Que impactos o novo decreto, em sua redação atual, pode gerar ao meio ambiente, à biodiversidade e à saúde?

Enrico Bernard: As cavernas são muito importantes para o abastecimento de lençóis freáticos e de água e para evitar pulsos de inundação, porque elas funcionam como sumidouros. Quando ocorrem grandes enchentes, essas cavernas funcionam como ralos, puxando a água e evitando mais inundações. As cavernas também abrigam populações de morcegos que prestam serviços ecossistêmicos importantes. Existem cavernas de máxima relevância com populações de centenas de milhares de morcegos. Toda noite esses bichos saem e se alimentam de insetos que são pragas agrícolas e que são vetores de doenças. Essas cavernas, e os morcegos que estão dentro delas, contribuem com o agronegócio e com a saúde do brasileiro.

 

A destruição de cavernas pode dificultar o combate da pandemia de Covid-19?

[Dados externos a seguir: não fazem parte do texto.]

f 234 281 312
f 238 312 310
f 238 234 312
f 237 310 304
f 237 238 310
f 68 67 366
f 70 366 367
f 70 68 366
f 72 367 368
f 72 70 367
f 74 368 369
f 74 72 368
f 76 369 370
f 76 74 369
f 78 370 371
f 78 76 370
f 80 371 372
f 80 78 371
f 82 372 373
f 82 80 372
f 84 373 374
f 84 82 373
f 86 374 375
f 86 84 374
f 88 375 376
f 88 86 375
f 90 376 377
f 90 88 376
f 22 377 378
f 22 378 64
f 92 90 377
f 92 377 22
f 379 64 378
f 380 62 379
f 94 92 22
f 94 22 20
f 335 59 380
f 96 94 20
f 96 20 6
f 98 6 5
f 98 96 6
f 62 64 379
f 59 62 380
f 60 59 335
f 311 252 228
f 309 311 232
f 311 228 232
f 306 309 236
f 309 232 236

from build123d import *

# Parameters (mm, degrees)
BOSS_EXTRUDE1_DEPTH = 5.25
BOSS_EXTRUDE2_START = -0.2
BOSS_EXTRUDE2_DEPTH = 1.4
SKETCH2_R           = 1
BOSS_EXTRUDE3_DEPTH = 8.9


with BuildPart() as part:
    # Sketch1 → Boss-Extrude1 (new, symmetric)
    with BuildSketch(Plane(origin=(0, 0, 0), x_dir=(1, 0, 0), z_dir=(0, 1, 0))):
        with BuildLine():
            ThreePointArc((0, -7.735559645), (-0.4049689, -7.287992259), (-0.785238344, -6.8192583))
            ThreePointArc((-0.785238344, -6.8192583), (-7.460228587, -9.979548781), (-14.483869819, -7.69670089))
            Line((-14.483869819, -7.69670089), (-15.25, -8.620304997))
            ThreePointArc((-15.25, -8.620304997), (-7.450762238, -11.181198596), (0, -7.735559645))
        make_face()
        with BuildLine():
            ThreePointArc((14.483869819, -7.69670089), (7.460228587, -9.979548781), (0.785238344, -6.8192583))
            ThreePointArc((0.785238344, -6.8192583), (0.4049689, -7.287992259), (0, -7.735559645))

Enrico Bernard: Em tempos de pandemia, a gente tem uma preocupação a mais. A destruição de habitats coloca as populações de animais em situação de estresse. Isso mexe com o sistema imunológico desses animais, o que pode fazer com que patógenos se manifestem de maneira alterada. Destruir cavernas com populações de morcegos, nesse momento, é perigoso, porque podem ocorrer desequilíbrios que potencializem a transmissão de patógenos.

Você acredita que o decreto pode vir a ser revogado?

Enrico Bernard: O impacto foi negativo e forte. Esse decreto possui uma redação problemática, que não foi debatida com a sociedade civil e que não foi submetida à discussão técnica. A comunidade que trabalha com cavernas no Brasil e no mundo ficou em choque; submetemos uma carta para a Science, assinada por 91 pesquisadores de 33 países. Além disso, nesse momento, já tem uma série de contestações jurídicas, sendo que o próprio Supremo Tribunal Federal julgará sobre a sua constitucionalidade. Creio que esse decreto foi, na verdade, um tiro no pé.